[Stored data]

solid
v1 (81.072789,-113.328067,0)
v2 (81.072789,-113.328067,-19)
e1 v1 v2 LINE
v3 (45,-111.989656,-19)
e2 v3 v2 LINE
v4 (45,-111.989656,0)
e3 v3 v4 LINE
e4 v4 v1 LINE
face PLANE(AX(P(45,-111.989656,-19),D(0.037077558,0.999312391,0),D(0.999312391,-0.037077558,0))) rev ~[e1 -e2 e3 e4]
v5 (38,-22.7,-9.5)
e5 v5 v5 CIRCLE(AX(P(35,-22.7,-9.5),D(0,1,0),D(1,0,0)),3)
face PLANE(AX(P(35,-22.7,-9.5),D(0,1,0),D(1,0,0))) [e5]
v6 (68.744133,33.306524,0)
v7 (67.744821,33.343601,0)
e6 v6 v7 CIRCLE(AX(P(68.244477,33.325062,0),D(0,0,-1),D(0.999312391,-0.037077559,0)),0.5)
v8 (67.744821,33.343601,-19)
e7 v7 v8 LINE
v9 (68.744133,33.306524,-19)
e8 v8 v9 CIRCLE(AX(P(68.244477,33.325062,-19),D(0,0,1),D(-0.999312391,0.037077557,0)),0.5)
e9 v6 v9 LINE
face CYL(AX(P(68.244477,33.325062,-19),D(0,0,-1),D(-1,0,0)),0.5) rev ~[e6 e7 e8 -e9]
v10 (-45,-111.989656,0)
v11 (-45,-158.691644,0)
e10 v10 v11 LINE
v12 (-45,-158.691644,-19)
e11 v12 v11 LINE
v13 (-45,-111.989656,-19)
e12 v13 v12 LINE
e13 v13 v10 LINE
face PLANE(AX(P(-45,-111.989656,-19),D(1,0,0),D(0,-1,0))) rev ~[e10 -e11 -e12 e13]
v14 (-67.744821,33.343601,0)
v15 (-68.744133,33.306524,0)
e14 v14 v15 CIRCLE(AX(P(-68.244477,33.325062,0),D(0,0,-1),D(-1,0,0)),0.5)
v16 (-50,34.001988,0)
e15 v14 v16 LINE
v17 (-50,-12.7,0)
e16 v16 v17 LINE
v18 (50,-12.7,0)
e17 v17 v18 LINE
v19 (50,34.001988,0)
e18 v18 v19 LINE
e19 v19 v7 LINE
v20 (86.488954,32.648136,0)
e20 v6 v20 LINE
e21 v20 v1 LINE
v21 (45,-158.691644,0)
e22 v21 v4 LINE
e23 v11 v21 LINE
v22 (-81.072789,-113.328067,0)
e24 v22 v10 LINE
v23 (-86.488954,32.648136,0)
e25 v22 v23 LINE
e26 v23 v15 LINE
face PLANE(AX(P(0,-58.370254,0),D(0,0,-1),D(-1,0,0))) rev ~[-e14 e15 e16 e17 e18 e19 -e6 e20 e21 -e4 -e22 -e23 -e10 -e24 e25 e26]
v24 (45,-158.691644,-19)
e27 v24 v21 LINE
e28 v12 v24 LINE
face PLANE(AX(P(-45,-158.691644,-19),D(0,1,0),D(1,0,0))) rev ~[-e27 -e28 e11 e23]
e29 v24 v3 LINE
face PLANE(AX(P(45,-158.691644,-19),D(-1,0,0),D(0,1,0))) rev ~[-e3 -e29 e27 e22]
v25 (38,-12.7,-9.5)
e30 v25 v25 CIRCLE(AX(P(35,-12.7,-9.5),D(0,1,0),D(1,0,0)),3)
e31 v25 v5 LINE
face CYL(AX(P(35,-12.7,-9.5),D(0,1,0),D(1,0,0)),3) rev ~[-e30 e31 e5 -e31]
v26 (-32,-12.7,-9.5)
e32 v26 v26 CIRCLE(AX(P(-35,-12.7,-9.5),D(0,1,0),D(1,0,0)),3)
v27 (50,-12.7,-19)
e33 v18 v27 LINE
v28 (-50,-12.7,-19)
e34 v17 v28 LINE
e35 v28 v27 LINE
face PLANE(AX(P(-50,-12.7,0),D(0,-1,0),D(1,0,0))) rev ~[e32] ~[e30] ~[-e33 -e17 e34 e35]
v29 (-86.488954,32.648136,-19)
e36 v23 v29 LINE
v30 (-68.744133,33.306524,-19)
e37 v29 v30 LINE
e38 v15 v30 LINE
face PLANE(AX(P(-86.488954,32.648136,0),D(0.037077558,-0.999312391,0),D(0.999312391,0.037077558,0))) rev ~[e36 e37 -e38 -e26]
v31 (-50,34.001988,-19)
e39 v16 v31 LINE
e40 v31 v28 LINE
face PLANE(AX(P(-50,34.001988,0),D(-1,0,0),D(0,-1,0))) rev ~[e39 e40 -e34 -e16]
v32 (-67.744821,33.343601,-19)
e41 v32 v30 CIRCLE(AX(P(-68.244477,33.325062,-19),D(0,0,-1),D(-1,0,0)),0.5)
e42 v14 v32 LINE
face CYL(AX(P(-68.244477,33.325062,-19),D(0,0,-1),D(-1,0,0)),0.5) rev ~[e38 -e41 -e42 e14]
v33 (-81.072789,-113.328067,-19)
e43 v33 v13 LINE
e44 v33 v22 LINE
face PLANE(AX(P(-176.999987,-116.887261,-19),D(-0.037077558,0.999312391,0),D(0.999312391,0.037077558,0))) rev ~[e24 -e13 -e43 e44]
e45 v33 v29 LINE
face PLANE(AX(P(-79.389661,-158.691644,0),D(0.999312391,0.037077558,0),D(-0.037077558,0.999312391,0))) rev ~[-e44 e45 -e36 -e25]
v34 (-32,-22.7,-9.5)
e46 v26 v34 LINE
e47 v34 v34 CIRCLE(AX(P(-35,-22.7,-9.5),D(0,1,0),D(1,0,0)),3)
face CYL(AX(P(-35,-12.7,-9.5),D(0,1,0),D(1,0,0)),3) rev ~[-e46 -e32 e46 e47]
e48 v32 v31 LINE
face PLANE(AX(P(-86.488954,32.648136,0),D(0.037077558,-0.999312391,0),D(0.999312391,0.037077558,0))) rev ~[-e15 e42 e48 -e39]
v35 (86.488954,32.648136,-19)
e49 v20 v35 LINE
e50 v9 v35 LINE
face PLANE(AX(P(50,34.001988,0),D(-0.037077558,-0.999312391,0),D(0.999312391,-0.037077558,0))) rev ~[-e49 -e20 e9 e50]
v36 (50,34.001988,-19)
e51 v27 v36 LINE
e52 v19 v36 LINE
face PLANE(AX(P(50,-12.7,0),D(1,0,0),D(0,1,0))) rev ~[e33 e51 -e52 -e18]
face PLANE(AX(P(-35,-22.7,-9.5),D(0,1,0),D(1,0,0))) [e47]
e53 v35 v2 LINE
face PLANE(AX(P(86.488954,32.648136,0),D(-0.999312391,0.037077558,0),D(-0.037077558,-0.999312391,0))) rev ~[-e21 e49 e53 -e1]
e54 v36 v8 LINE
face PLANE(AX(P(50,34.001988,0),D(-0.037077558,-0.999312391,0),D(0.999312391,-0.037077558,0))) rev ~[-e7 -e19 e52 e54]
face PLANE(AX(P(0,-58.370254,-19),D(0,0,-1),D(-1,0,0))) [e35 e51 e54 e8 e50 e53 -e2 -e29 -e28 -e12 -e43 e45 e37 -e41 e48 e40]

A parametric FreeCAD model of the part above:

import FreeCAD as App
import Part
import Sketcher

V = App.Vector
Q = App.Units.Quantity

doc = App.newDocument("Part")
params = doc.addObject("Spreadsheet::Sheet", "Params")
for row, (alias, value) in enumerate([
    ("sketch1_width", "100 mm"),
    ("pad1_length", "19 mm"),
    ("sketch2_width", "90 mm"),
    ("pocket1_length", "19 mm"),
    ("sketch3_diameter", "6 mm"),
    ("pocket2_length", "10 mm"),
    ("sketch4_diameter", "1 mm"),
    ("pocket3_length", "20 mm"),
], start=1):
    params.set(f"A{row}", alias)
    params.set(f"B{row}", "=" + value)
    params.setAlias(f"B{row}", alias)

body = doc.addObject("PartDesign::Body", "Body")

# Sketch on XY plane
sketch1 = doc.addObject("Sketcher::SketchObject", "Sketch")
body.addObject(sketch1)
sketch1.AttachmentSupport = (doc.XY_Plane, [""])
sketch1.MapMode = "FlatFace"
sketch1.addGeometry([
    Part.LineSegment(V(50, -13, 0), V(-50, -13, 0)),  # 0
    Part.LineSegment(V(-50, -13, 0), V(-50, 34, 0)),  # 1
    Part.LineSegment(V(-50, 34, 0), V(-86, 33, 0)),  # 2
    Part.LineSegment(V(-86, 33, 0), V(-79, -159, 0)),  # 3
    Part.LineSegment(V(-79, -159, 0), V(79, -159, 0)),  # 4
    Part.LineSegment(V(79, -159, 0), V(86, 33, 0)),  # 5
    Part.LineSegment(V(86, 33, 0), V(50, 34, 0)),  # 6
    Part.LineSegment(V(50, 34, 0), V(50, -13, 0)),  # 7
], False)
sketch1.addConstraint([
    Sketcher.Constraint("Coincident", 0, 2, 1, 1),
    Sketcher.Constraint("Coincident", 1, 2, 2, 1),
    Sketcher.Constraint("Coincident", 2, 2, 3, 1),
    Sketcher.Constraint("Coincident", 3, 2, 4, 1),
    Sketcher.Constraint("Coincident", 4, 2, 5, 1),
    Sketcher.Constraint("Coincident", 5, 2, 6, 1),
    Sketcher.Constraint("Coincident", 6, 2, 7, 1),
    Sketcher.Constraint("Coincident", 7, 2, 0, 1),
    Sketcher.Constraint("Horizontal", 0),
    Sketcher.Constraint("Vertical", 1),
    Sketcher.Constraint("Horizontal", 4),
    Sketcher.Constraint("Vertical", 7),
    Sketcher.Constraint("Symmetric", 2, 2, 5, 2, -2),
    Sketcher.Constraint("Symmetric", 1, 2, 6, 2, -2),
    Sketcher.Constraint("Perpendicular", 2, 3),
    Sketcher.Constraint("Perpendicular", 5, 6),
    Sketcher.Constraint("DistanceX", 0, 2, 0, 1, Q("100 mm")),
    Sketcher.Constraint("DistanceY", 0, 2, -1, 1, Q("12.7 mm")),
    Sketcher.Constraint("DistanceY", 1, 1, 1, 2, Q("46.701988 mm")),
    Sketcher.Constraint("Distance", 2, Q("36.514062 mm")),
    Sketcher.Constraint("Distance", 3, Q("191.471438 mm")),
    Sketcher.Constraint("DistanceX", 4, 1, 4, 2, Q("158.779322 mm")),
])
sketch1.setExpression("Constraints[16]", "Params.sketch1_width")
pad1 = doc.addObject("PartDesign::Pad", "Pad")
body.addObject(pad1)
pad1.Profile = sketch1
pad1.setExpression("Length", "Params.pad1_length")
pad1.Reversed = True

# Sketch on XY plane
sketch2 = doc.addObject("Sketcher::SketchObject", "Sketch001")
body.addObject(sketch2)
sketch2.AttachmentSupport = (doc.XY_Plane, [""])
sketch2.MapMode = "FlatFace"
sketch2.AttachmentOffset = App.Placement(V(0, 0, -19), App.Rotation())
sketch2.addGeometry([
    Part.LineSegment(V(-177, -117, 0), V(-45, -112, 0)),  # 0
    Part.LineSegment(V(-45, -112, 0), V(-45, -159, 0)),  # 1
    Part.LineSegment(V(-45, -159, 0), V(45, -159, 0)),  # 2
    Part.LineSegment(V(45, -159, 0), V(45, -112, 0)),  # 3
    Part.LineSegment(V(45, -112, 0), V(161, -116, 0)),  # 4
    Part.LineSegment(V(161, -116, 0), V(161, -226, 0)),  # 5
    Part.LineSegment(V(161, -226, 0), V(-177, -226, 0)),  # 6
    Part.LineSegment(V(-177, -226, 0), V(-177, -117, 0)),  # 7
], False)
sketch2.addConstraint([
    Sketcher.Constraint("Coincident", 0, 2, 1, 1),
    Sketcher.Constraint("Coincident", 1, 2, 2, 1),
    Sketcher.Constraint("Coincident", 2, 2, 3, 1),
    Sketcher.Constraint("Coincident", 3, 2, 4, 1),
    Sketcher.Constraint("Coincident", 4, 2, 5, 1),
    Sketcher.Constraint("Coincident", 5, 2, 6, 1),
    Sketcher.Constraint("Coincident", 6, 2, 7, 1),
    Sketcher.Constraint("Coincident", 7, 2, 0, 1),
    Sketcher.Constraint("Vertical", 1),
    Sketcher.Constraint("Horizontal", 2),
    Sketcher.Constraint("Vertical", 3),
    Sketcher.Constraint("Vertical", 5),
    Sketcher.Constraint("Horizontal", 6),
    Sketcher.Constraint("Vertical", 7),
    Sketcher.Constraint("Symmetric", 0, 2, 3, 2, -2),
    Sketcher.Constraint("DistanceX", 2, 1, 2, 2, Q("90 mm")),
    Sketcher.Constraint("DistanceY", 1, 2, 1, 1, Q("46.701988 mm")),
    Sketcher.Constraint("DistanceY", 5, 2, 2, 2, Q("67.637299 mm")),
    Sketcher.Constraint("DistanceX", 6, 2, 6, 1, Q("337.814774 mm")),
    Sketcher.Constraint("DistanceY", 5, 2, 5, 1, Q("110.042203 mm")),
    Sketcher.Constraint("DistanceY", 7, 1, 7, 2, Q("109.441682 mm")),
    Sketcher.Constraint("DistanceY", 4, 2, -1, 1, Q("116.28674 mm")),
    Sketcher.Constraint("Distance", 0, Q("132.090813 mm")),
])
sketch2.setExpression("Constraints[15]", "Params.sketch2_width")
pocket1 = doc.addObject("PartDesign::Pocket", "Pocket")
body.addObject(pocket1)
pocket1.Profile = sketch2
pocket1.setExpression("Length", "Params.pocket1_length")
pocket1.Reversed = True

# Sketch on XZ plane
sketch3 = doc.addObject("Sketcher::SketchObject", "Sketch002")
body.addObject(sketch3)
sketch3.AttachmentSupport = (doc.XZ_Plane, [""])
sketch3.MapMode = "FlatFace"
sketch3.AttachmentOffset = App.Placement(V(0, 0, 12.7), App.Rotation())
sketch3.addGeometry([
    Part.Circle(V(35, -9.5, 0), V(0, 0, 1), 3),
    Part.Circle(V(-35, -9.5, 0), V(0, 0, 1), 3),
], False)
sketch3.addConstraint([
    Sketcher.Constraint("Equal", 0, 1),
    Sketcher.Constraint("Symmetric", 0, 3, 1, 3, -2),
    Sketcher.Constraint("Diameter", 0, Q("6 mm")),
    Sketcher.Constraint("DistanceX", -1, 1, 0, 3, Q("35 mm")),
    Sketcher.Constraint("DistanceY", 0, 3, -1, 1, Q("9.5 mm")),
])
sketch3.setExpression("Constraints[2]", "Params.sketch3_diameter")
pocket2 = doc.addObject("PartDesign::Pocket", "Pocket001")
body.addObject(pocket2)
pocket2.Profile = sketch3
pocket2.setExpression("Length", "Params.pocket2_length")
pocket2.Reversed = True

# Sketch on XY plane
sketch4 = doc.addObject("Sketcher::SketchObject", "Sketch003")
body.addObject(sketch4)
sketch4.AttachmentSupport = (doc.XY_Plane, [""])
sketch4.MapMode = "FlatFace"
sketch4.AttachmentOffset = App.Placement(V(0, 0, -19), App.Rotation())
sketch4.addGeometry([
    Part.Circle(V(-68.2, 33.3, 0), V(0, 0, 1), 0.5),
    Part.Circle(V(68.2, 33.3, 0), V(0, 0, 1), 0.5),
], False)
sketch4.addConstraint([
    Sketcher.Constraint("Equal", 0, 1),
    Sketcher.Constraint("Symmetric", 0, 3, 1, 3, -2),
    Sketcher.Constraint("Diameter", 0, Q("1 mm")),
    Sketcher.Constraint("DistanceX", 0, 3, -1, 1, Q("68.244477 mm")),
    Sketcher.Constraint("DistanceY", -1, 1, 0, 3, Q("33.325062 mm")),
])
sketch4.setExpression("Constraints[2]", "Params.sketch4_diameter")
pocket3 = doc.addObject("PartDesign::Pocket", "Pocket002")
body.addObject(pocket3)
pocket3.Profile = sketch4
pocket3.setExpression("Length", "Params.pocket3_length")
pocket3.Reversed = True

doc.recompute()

* * *

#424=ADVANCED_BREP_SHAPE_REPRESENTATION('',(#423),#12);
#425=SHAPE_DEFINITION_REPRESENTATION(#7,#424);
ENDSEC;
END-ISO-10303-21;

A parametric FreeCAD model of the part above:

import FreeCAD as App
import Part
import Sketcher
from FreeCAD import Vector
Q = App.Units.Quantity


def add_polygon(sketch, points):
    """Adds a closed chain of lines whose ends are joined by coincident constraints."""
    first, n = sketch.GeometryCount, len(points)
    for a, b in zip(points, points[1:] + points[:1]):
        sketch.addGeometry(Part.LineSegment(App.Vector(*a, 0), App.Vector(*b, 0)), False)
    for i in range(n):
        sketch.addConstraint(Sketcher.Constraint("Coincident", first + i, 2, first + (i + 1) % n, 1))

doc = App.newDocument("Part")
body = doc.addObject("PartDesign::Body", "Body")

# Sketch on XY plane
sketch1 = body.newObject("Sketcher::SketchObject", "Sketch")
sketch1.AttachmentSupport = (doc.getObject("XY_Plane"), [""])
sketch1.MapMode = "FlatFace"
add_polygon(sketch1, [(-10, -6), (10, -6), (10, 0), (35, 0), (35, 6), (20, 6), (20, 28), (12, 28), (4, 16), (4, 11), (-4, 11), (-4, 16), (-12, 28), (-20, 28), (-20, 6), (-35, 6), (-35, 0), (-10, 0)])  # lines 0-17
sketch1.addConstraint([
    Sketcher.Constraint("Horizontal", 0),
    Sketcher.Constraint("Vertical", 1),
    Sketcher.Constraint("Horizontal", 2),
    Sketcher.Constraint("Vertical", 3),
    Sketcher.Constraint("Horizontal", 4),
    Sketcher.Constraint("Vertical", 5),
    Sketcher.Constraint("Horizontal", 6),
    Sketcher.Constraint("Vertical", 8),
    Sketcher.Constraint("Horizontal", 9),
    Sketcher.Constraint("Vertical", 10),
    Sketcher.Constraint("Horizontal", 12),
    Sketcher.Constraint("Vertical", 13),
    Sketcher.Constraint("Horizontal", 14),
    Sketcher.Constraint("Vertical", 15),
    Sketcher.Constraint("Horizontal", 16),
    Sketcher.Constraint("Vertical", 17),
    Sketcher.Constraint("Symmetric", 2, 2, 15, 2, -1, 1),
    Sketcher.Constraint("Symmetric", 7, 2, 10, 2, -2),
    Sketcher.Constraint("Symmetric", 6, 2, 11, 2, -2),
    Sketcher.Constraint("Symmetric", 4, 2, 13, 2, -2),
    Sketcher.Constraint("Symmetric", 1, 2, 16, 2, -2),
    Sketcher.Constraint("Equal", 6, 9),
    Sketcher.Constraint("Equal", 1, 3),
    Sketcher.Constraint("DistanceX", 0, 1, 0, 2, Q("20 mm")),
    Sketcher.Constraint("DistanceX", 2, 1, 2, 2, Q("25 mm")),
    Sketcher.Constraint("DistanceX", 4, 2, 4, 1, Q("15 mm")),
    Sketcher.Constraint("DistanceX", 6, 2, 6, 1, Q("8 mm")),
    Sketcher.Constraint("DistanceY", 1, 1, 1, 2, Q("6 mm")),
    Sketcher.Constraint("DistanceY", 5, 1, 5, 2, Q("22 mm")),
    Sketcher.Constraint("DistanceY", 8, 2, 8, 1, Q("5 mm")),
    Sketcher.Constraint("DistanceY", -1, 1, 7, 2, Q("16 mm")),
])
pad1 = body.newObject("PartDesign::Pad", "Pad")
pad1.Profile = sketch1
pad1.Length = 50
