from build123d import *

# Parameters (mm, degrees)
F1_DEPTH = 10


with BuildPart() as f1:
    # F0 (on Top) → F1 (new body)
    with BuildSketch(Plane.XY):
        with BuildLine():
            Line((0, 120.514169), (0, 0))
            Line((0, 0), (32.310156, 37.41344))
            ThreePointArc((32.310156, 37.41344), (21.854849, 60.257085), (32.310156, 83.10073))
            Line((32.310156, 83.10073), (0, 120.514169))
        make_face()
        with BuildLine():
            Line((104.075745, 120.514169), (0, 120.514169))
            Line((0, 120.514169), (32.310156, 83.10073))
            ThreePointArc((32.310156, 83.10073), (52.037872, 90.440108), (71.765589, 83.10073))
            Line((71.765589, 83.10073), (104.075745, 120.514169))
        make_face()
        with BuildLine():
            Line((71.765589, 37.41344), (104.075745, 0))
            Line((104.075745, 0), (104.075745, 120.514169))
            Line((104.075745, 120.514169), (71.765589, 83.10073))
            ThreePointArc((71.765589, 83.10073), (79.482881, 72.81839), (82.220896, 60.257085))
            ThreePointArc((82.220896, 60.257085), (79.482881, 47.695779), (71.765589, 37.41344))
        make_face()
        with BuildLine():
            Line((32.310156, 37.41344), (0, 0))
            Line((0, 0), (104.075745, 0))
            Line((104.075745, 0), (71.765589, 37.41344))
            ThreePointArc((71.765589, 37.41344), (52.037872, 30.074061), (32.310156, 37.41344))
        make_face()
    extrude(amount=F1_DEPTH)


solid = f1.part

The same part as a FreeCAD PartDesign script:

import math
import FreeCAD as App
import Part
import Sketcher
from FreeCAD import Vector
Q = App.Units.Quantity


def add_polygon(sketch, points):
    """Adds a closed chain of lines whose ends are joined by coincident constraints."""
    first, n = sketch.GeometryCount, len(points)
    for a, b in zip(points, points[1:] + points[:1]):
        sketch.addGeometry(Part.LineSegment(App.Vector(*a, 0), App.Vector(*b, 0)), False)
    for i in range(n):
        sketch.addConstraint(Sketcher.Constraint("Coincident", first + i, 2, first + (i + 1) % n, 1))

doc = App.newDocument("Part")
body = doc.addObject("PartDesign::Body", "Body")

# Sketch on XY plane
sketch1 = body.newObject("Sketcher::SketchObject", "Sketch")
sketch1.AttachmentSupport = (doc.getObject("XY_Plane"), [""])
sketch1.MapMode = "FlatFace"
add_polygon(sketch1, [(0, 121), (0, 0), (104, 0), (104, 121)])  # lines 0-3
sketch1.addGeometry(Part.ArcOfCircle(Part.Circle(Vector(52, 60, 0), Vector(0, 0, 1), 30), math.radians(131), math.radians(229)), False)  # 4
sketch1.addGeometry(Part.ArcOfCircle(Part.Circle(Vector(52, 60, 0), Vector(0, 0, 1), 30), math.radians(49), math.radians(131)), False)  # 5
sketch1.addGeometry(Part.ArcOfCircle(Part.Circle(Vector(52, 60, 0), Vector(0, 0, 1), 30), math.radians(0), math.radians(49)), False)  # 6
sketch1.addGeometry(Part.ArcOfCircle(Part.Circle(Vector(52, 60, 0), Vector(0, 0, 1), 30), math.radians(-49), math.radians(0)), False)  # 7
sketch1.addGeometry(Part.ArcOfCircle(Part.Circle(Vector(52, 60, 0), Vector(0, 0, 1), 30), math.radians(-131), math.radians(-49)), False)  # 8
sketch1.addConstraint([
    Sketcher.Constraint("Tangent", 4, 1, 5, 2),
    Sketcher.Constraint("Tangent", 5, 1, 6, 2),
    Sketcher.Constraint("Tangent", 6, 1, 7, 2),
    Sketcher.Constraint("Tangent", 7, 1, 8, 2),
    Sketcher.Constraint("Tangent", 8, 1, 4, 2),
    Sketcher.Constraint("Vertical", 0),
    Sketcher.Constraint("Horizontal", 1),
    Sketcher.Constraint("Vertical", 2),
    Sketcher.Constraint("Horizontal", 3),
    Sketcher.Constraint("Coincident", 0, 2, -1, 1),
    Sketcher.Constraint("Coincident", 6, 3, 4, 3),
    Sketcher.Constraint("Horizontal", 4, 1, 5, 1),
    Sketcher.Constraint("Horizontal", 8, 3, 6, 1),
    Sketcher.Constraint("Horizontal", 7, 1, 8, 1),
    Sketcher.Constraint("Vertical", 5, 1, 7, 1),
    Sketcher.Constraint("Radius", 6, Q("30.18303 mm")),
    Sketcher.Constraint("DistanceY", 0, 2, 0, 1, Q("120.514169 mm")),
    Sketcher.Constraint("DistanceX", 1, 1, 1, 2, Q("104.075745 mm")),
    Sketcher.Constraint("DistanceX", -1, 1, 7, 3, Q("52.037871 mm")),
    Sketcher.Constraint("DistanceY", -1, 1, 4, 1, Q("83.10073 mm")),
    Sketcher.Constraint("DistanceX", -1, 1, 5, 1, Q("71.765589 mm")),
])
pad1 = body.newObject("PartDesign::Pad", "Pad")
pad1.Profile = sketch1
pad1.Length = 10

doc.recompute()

Work task: In the data above, find the line that contains "e13 v13 v10 LINE" and the line that contains "v27 (50,-12.7,-19)". Repeat exactly those lines and every line between them, and only those.

Your solution:
e13 v13 v10 LINE
face PLANE(AX(P(-45,-111.989656,-19),D(1,0,0),D(0,-1,0))) rev ~[e10 -e11 -e12 e13]
v14 (-67.744821,33.343601,0)
v15 (-68.744133,33.306524,0)
e14 v14 v15 CIRCLE(AX(P(-68.244477,33.325062,0),D(0,0,-1),D(-1,0,0)),0.5)
v16 (-50,34.001988,0)
e15 v14 v16 LINE
v17 (-50,-12.7,0)
e16 v16 v17 LINE
v18 (50,-12.7,0)
e17 v17 v18 LINE
v19 (50,34.001988,0)
e18 v18 v19 LINE
e19 v19 v7 LINE
v20 (86.488954,32.648136,0)
e20 v6 v20 LINE
e21 v20 v1 LINE
v21 (45,-158.691644,0)
e22 v21 v4 LINE
e23 v11 v21 LINE
v22 (-81.072789,-113.328067,0)
e24 v22 v10 LINE
v23 (-86.488954,32.648136,0)
e25 v22 v23 LINE
e26 v23 v15 LINE
face PLANE(AX(P(0,-58.370254,0),D(0,0,-1),D(-1,0,0))) rev ~[-e14 e15 e16 e17 e18 e19 -e6 e20 e21 -e4 -e22 -e23 -e10 -e24 e25 e26]
v24 (45,-158.691644,-19)
e27 v24 v21 LINE
e28 v12 v24 LINE
face PLANE(AX(P(-45,-158.691644,-19),D(0,1,0),D(1,0,0))) rev ~[-e27 -e28 e11 e23]
e29 v24 v3 LINE
face PLANE(AX(P(45,-158.691644,-19),D(-1,0,0),D(0,1,0))) rev ~[-e3 -e29 e27 e22]
v25 (38,-12.7,-9.5)
e30 v25 v25 CIRCLE(AX(P(35,-12.7,-9.5),D(0,1,0),D(1,0,0)),3)
e31 v25 v5 LINE
face CYL(AX(P(35,-12.7,-9.5),D(0,1,0),D(1,0,0)),3) rev ~[-e30 e31 e5 -e31]
v26 (-32,-12.7,-9.5)
e32 v26 v26 CIRCLE(AX(P(-35,-12.7,-9.5),D(0,1,0),D(1,0,0)),3)
v27 (50,-12.7,-19)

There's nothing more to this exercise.